Educating a diverse student population is critical for the state and nation at large to maintain global competitiveness and develop future leaders, says Maryland Attorney General Douglas F. Gansler in a new report advising state college leaders on how legally to justify diversity programs.


The report, titled “Strengthening Diversity in Maryland Colleges and Universities: A Legal Roadmap,” offers Maryland’s institutions of higher education legal guidance on creating new affirmative action programs that increase minority enrollment and graduation rates. Citing landmark cases, Gansler’s report offers some clarity about how universities can continue to balance student populations to include a racial cross-section of qualified students.


“The case law on what can and what can’t be done to advance diversity is still not fully developed and is not always easy to understand,” said Gansler. “We know that education is the path to opportunity. We cannot let the fear of legal challenges impede our ability to provide educational opportunity and economic opportunity for so many of our citizens.”


The report notes recent decisions such as the 2003 landmark case, Grutter v. Bollinger, in which the Supreme Court upheld the University of Michigan’s consideration of race as part of a narrowly tailored program designed to foster educational diversity by holding that “student body diversity is a compelling state interest that can justify the use of race in university admissions.”


The Court recognized that universities occupy a “special niche” in the country’s constitutional traditions because of the “important purpose of public education and the expansive freedoms of speech associated with the university environment.”


In the past, some perceived the courts as sending mixed signals about affirmative action efforts as an important educational goal. In Maryland, the 1994 federal court of appeals decision in Podberesky v. Kirwan harshly rejected a University of Maryland College Park scholarship program for African-American students on equal protection grounds and, in the process, limited efforts by Maryland institutions to promote diversity on their campuses.


However, the Maryland General Assembly in 2008 affirmed the need for diversity in higher education with the enactment of legislation requiring every public higher education institution in the state to have a cultural diversity plan. Before this, higher education institutions were not required to develop or maintain a diversity plan, although many universities have such plans. Under the 2008 legislation, each cultural diversity plan must include an implementation strategy and timeline for meeting the goals within the plan.


To make a case for “compelling state interest” for diversity to address the Supreme Court, these are a few of the justifications that the report offers for working toward campus diversity:


*Our nation is becoming more diverse each day.


*Americans will need to become increasingly culturally competent in their communities and workplace.


*The nation will need to meet the needs of a multicultural public.


*Business and military leaders demand culturally literate employees.

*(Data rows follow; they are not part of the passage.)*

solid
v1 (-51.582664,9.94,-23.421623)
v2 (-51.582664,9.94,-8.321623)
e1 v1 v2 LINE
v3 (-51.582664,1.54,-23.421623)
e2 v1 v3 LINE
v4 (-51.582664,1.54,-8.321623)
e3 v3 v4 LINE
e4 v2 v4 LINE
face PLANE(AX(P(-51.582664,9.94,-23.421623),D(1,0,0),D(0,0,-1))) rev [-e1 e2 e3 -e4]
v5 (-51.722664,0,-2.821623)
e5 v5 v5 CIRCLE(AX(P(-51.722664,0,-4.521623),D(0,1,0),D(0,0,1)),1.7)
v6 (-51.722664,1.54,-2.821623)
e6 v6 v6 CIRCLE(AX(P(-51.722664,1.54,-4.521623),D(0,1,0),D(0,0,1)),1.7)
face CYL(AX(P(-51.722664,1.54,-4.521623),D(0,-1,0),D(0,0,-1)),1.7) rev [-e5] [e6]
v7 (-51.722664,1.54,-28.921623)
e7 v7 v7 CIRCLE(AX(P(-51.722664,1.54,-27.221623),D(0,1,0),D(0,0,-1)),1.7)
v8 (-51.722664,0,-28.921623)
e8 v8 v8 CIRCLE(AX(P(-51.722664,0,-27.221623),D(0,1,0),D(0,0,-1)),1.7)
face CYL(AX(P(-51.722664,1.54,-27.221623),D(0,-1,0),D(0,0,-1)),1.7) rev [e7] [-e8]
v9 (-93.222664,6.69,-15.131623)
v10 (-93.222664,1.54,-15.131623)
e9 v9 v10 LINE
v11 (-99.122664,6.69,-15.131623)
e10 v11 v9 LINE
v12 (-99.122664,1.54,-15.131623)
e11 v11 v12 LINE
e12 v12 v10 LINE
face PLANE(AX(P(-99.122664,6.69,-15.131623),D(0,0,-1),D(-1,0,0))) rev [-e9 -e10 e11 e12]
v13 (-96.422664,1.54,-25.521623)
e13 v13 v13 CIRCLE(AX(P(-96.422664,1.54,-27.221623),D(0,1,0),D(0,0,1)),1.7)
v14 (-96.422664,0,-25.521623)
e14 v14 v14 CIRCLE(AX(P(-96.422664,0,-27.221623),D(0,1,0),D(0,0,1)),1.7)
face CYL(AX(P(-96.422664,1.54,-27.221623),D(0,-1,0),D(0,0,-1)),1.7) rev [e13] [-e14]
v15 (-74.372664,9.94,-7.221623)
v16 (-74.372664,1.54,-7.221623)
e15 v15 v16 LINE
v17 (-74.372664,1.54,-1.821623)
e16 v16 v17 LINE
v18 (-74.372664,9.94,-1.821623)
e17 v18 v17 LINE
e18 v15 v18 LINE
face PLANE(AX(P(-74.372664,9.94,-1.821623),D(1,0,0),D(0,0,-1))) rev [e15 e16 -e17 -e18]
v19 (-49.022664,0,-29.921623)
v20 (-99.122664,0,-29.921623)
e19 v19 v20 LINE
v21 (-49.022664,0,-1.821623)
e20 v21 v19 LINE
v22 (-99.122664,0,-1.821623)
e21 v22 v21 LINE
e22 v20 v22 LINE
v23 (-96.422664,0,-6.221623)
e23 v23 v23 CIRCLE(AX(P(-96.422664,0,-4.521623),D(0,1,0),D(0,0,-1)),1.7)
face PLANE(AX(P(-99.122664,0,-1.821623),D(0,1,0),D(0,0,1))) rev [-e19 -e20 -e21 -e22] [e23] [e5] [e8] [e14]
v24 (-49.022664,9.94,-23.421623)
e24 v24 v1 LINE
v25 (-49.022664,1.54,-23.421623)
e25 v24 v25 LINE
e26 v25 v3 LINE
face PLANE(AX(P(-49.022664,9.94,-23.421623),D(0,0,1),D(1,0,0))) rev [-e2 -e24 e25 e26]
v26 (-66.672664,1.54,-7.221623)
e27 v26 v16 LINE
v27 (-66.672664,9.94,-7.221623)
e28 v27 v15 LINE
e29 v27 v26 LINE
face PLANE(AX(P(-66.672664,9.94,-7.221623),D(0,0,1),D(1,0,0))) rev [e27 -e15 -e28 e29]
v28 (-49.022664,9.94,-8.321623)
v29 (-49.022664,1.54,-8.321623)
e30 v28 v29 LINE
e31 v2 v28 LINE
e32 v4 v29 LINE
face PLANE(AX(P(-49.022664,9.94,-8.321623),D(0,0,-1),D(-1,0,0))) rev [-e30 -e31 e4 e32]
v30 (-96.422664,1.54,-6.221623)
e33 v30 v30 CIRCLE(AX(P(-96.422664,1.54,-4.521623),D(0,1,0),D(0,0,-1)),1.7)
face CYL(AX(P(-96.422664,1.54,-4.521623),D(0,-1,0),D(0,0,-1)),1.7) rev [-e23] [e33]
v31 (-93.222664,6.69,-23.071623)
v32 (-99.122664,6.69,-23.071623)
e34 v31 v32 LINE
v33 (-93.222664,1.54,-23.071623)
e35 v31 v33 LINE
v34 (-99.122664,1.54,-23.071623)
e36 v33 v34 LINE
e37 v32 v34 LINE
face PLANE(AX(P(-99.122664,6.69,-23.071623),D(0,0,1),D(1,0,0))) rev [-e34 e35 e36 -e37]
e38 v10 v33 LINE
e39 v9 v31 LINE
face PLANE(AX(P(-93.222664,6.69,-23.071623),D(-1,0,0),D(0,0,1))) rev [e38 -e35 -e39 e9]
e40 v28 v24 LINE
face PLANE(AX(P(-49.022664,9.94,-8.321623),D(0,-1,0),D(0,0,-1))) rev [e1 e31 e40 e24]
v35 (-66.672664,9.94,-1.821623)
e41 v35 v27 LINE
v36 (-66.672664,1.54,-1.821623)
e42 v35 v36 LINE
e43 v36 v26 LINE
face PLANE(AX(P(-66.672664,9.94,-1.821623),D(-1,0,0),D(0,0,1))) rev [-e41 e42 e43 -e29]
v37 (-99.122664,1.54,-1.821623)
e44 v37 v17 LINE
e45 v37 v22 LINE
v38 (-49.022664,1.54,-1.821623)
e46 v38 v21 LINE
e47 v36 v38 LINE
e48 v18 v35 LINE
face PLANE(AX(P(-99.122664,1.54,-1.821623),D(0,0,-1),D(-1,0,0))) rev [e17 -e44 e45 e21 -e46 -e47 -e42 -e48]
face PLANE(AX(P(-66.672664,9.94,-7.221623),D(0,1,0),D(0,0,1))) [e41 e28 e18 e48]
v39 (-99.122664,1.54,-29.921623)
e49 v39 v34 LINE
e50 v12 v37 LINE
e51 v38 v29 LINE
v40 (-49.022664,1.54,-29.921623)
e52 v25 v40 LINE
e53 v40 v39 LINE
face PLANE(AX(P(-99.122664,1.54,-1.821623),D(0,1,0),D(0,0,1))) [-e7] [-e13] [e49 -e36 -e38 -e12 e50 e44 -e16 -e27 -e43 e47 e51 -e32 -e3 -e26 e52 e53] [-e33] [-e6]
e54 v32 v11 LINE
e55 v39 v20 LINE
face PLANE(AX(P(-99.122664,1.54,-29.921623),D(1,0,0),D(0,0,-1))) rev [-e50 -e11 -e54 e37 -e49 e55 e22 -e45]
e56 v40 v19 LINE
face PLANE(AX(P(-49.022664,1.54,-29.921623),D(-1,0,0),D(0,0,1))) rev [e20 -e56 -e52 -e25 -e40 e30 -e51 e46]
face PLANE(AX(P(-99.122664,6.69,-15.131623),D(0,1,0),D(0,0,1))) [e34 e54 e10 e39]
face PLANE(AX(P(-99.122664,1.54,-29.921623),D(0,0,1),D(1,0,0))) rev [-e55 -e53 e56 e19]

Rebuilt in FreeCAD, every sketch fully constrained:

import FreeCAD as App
import Part
import Sketcher
from FreeCAD import Vector
Q = App.Units.Quantity

doc = App.newDocument("Part")
body = doc.addObject("PartDesign::Body", "Body")

sketch1 = doc.addObject("Sketcher::SketchObject", "Sketch")
body.addObject(sketch1)
sketch1.AttachmentSupport = (doc.XZ_Plane, [""])
sketch1.MapMode = "FlatFace"
sketch1.addGeometry([
    Part.LineSegment(Vector(-99.1, -29.9, 0), Vector(-99.1, -1.8, 0)),
    Part.LineSegment(Vector(-99.1, -1.8, 0), Vector(-49, -1.8, 0)),
    Part.LineSegment(Vector(-49, -1.8, 0), Vector(-49, -29.9, 0)),
    Part.LineSegment(Vector(-49, -29.9, 0), Vector(-99.1, -29.9, 0)),
    Part.Circle(Vector(-96.4, -4.5, 0), Vector(0, 0, 1), 1.7),
    Part.Circle(Vector(-51.7, -4.5, 0), Vector(0, 0, 1), 1.7),
    Part.Circle(Vector(-96.4, -27.2, 0), Vector(0, 0, 1), 1.7),
    Part.Circle(Vector(-51.7, -27.2, 0), Vector(0, 0, 1), 1.7),
], False)
sketch1.addConstraint([
    Sketcher.Constraint("Coincident", 0, 2, 1, 1),
    Sketcher.Constraint("Coincident", 1, 2, 2, 1),
    Sketcher.Constraint("Coincident", 2, 2, 3, 1),
    Sketcher.Constraint("Coincident", 3, 2, 0, 1),
    Sketcher.Constraint("Vertical", 0),
    Sketcher.Constraint("Horizontal", 1),
    Sketcher.Constraint("Vertical", 2),
    Sketcher.Constraint("Horizontal", 3),
    Sketcher.Constraint("Equal", 4, 5),
    Sketcher.Constraint("Equal", 5, 6),
    Sketcher.Constraint("Equal", 6, 7),
    Sketcher.Constraint("Horizontal", 4, 3, 5, 3),
    Sketcher.Constraint("Horizontal", 6, 3, 7, 3),
    Sketcher.Constraint("Vertical", 4, 3, 6, 3),
    Sketcher.Constraint("Vertical", 5, 3, 7, 3),
    Sketcher.Constraint("Diameter", 4, Q("3.4 mm")),
    Sketcher.Constraint("DistanceX", 1, 1, 1, 2, Q("50.1 mm")),
    Sketcher.Constraint("DistanceY", 0, 1, 0, 2, Q("28.1 mm")),
    Sketcher.Constraint("DistanceX", 4, 3, 5, 3, Q("44.7 mm")),
    Sketcher.Constraint("DistanceY", 6, 3, 4, 3, Q("22.7 mm")),
    Sketcher.Constraint("DistanceX", 0, 2, 4, 3, Q("2.7 mm")),
    Sketcher.Constraint("DistanceY", 4, 3, 0, 2, Q("2.7 mm")),
    Sketcher.Constraint("DistanceX", 4, 3, -1, 1, Q("96.422664 mm")),
    Sketcher.Constraint("DistanceY", 4, 3, -1, 1, Q("4.521623 mm")),
])
pad1 = doc.addObject("PartDesign::Pad", "Pad")
body.addObject(pad1)
pad1.Profile = sketch1
pad1.Length = 1.54
pad1.Reversed = True

sketch2 = doc.addObject("Sketcher::SketchObject", "Sketch001")
body.addObject(sketch2)
sketch2.AttachmentSupport = (doc.XZ_Plane, [""])
sketch2.MapMode = "FlatFace"
sketch2.AttachmentOffset = App.Placement(Vector(0, 0, -1.54), App.Rotation())
sketch2.addGeometry([
    Part.LineSegment(Vector(-51.6, -23.4, 0), Vector(-51.6, -8.3, 0)),
    Part.LineSegment(Vector(-51.6, -8.3, 0), Vector(-49, -8.3, 0)),
    Part.LineSegment(Vector(-49, -8.3, 0), Vector(-49, -23.4, 0)),
    Part.LineSegment(Vector(-49, -23.4, 0), Vector(-51.6, -23.4, 0)),
    Part.LineSegment(Vector(-74.4, -7.2, 0), Vector(-74.4, -1.8, 0)),
    Part.LineSegment(Vector(-74.4, -1.8, 0), Vector(-66.7, -1.8, 0)),
    Part.LineSegment(Vector(-66.7, -1.8, 0), Vector(-66.7, -7.2, 0)),
    Part.LineSegment(Vector(-66.7, -7.2, 0), Vector(-74.4, -7.2, 0)),
], False)
sketch2.addConstraint([
    Sketcher.Constraint("Coincident", 0, 2, 1, 1),
    Sketcher.Constraint("Coincident", 1, 2, 2, 1),
    Sketcher.Constraint("Coincident", 2, 2, 3, 1),
    Sketcher.Constraint("Coincident", 3, 2, 0, 1),
    Sketcher.Constraint("Coincident", 4, 2, 5, 1),
    Sketcher.Constraint("Coincident", 5, 2, 6, 1),
    Sketcher.Constraint("Coincident", 6, 2, 7, 1),
    Sketcher.Constraint("Coincident", 7, 2, 4, 1),
    Sketcher.Constraint("Vertical", 0),
    Sketcher.Constraint("Horizontal", 1),
    Sketcher.Constraint("Vertical", 2),
    Sketcher.Constraint("Horizontal", 3),
    Sketcher.Constraint("Vertical", 4),
    Sketcher.Constraint("Horizontal", 5),
    Sketcher.Constraint("Vertical", 6),
    Sketcher.Constraint("Horizontal", 7),
    Sketcher.Constraint("DistanceX", 5, 1, 5, 2, Q("7.7 mm")),
    Sketcher.Constraint("DistanceY", 0, 1, 0, 2, Q("15.1 mm")),
    Sketcher.Constraint("DistanceY", 4, 1, 4, 2, Q("5.4 mm")),
    Sketcher.Constraint("DistanceX", 1, 1, 1, 2, Q("2.56 mm")),
    Sketcher.Constraint("DistanceY", 0, 2, 4, 2, Q("6.5 mm")),
    Sketcher.Constraint("DistanceX", 4, 2, 0, 2, Q("22.79 mm")),
    Sketcher.Constraint("DistanceX", 0, 2, -1, 1, Q("51.582664 mm")),
    Sketcher.Constraint("DistanceY", 0, 2, -1, 1, Q("8.321623 mm")),
])
pad2 = doc.addObject("PartDesign::Pad", "Pad001")
body.addObject(pad2)
pad2.Profile = sketch2
pad2.Length = 8.4
pad2.Reversed = True

sketch3 = doc.addObject("Sketcher::SketchObject", "Sketch002")
body.addObject(sketch3)
sketch3.AttachmentSupport = (doc.XZ_Plane, [""])
sketch3.MapMode = "FlatFace"
sketch3.AttachmentOffset = App.Placement(Vector(0, 0, -1.54), App.Rotation())
sketch3.addGeometry([
    Part.LineSegment(Vector(-99, -23, 0), Vector(-99, -15, 0)),
    Part.LineSegment(Vector(-99, -15, 0), Vector(-93, -15, 0)),
    Part.LineSegment(Vector(-93, -15, 0), Vector(-93, -23, 0)),
    Part.LineSegment(Vector(-93, -23, 0), Vector(-99, -23, 0)),
], False)
sketch3.addConstraint([
    Sketcher.Constraint("Coincident", 0, 2, 1, 1),
    Sketcher.Constraint("Coincident", 1, 2, 2, 1),
    Sketcher.Constraint("Coincident", 2, 2, 3, 1),
    Sketcher.Constraint("Coincident", 3, 2, 0, 1),
    Sketcher.Constraint("Vertical", 0),
    Sketcher.Constraint("Horizontal", 1),
    Sketcher.Constraint("Vertical", 2),
    Sketcher.Constraint("Horizontal", 3),
    Sketcher.Constraint("DistanceX", 1, 1, 1, 2, Q("5.9 mm")),
    Sketcher.Constraint("DistanceY", 0, 1, 0, 2, Q("7.94 mm")),
    Sketcher.Constraint("DistanceX", 0, 2, -1, 1, Q("99.122664 mm")),
    Sketcher.Constraint("DistanceY", 0, 2, -1, 1, Q("15.131623 mm")),
])
pad3 = doc.addObject("PartDesign::Pad", "Pad002")
body.addObject(pad3)
pad3.Profile = sketch3
pad3.Length = 5.15
pad3.Reversed = True

doc.recompute()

*Exposure to different cultures promotes improved understanding.


*Diversity within the classroom promotes a robust exchange of ideas.


*Greater racial diversity is associated with enhanced critical thinking ability.

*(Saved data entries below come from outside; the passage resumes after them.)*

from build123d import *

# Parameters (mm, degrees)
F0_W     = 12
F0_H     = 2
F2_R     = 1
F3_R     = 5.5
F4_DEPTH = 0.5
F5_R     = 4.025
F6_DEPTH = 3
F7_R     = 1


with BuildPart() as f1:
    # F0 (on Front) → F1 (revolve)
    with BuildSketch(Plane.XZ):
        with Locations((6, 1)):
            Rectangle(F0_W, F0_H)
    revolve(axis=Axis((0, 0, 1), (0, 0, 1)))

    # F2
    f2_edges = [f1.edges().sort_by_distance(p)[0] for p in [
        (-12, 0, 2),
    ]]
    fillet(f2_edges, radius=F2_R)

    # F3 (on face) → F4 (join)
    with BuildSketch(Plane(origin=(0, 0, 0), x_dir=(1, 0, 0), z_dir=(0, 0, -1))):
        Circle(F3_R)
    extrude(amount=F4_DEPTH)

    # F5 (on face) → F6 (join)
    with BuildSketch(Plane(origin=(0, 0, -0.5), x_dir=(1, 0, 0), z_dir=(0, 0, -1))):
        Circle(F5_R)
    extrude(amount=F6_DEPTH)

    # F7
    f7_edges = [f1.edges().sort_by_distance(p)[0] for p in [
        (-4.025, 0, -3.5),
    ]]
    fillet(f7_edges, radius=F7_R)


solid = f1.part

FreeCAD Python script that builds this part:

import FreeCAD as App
import Part
import Sketcher
from FreeCAD import Vector


def edges_at(feature, points):
    """Names of the edges that pass closest to the given points."""
    edges = feature.Shape.Edges
    near = lambda p: min(range(len(edges)), key=lambda i: edges[i].distToShape(Part.Vertex(*p))[0])
    return sorted({f"Edge{near(p) + 1}" for p in points})


def add_polygon(sketch, points):
    """Adds a closed chain of lines whose ends are joined by coincident constraints."""
    first, n = sketch.GeometryCount, len(points)
    for a, b in zip(points, points[1:] + points[:1]):
        sketch.addGeometry(Part.LineSegment(App.Vector(*a, 0), App.Vector(*b, 0)), False)
    for i in range(n):
        sketch.addConstraint(Sketcher.Constraint("Coincident", first + i, 2, first + (i + 1) % n, 1))

doc = App.newDocument("Part")
body = doc.addObject("PartDesign::Body", "Body")

# Sketch on XZ plane
sketch1 = doc.addObject("Sketcher::SketchObject", "Sketch")
body.addObject(sketch1)
sketch1.AttachmentSupport = (doc.XZ_Plane, [""])
sketch1.MapMode = "FlatFace"
add_polygon(sketch1, [(0, 2), (0, 0), (12, 0), (12, 2)])  # lines 0-3
sketch1.addConstraint([
    Sketcher.Constraint("Vertical", 0),
    Sketcher.Constraint("Horizontal", 1),
    Sketcher.Constraint("Vertical", 2),
    Sketcher.Constraint("Horizontal", 3),
    Sketcher.Constraint("Coincident", 0, 2, -1, 1),
    Sketcher.Constraint("DistanceX", 1, 1, 1, 2, 12.0),
    Sketcher.Constraint("DistanceY", 0, 2, 0, 1, 2.0),
])
revolution = doc.addObject("PartDesign::Revolution", "Revolution")
body.addObject(revolution)
revolution.Profile = sketch1
revolution.ReferenceAxis = (sketch1, ["V_Axis"])
revolution.Angle = 360
doc.recompute()

fillet = doc.addObject("PartDesign::Fillet", "Fillet")
body.addObject(fillet)
fillet.Base = (revolution, edges_at(revolution, [(-12, 0, 2)]))
fillet.Radius = 1

# Sketch on XY plane
sketch2 = doc.addObject("Sketcher::SketchObject", "Sketch001")
body.addObject(sketch2)
sketch2.AttachmentSupport = (doc.XY_Plane, [""])
sketch2.MapMode = "FlatFace"
sketch2.addGeometry(Part.Circle(Vector(0, 0, 0), Vector(0, 0, 1), 5.5), False)
sketch2.addConstraint([
    Sketcher.Constraint("Coincident", 0, 3, -1, 1),
    Sketcher.Constraint("Diameter", 0, 11.0),
])
pad1 = doc.addObject("PartDesign::Pad", "Pad")
body.addObject(pad1)
pad1.Profile = sketch2
pad1.Length = 0.5
pad1.Reversed = True

# Sketch on XY plane
sketch3 = doc.addObject("Sketcher::SketchObject", "Sketch002")
body.addObject(sketch3)
sketch3.AttachmentSupport = (doc.XY_Plane, [""])
sketch3.MapMode = "FlatFace"
sketch3.AttachmentOffset = App.Placement(Vector(0, 0, -0.5), App.Rotation())
sketch3.addGeometry(Part.Circle(Vector(0, 0, 0), Vector(0, 0, 1), 4.025), False)
sketch3.addConstraint([
    Sketcher.Constraint("Coincident", 0, 3, -1, 1),
    Sketcher.Constraint("Diameter", 0, 8.05),
])
pad2 = doc.addObject("PartDesign::Pad", "Pad001")
body.addObject(pad2)
pad2.Profile = sketch3
pad2.Length = 3
pad2.Reversed = True
doc.recompute()

fillet2 = doc.addObject("PartDesign::Fillet", "Fillet001")
body.addObject(fillet2)
fillet2.Base = (pad2, edges_at(pad2, [(-4.025, 0, -3.5)]))
fillet2.Radius = 1

doc.recompute()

*Compositional diversity, interactional diversity, and diversity-related initiatives work interactively to improve educational outcomes.


*Having a roommate of a different race encourages emotional contact, not just the exchange of ideas. 


The report also recommends that the cultural diversity plan should be mission-driven and educationally focused. In addition, the plan calls for the issue of “critical mass” as emphasized by the Supreme Court to be neither a number nor an amorphous concept but something that occurs when there are sufficient numbers to foster the robust exchange of ideas.


“With this report, the Attorney General’s Office provides valuable guidance to our campuses as they continue and expand their efforts to support diversity among the student body, as well as among administration, faculty, and staff,” said University System Chancellor William “Brit” Kirwan. “The fact of the matter is diversity in higher education – within the student body as well as within the faculty and staff – is crucial. Not just for higher education, or for the state of Maryland, but, quite literally, for the future prosperity of our nation.”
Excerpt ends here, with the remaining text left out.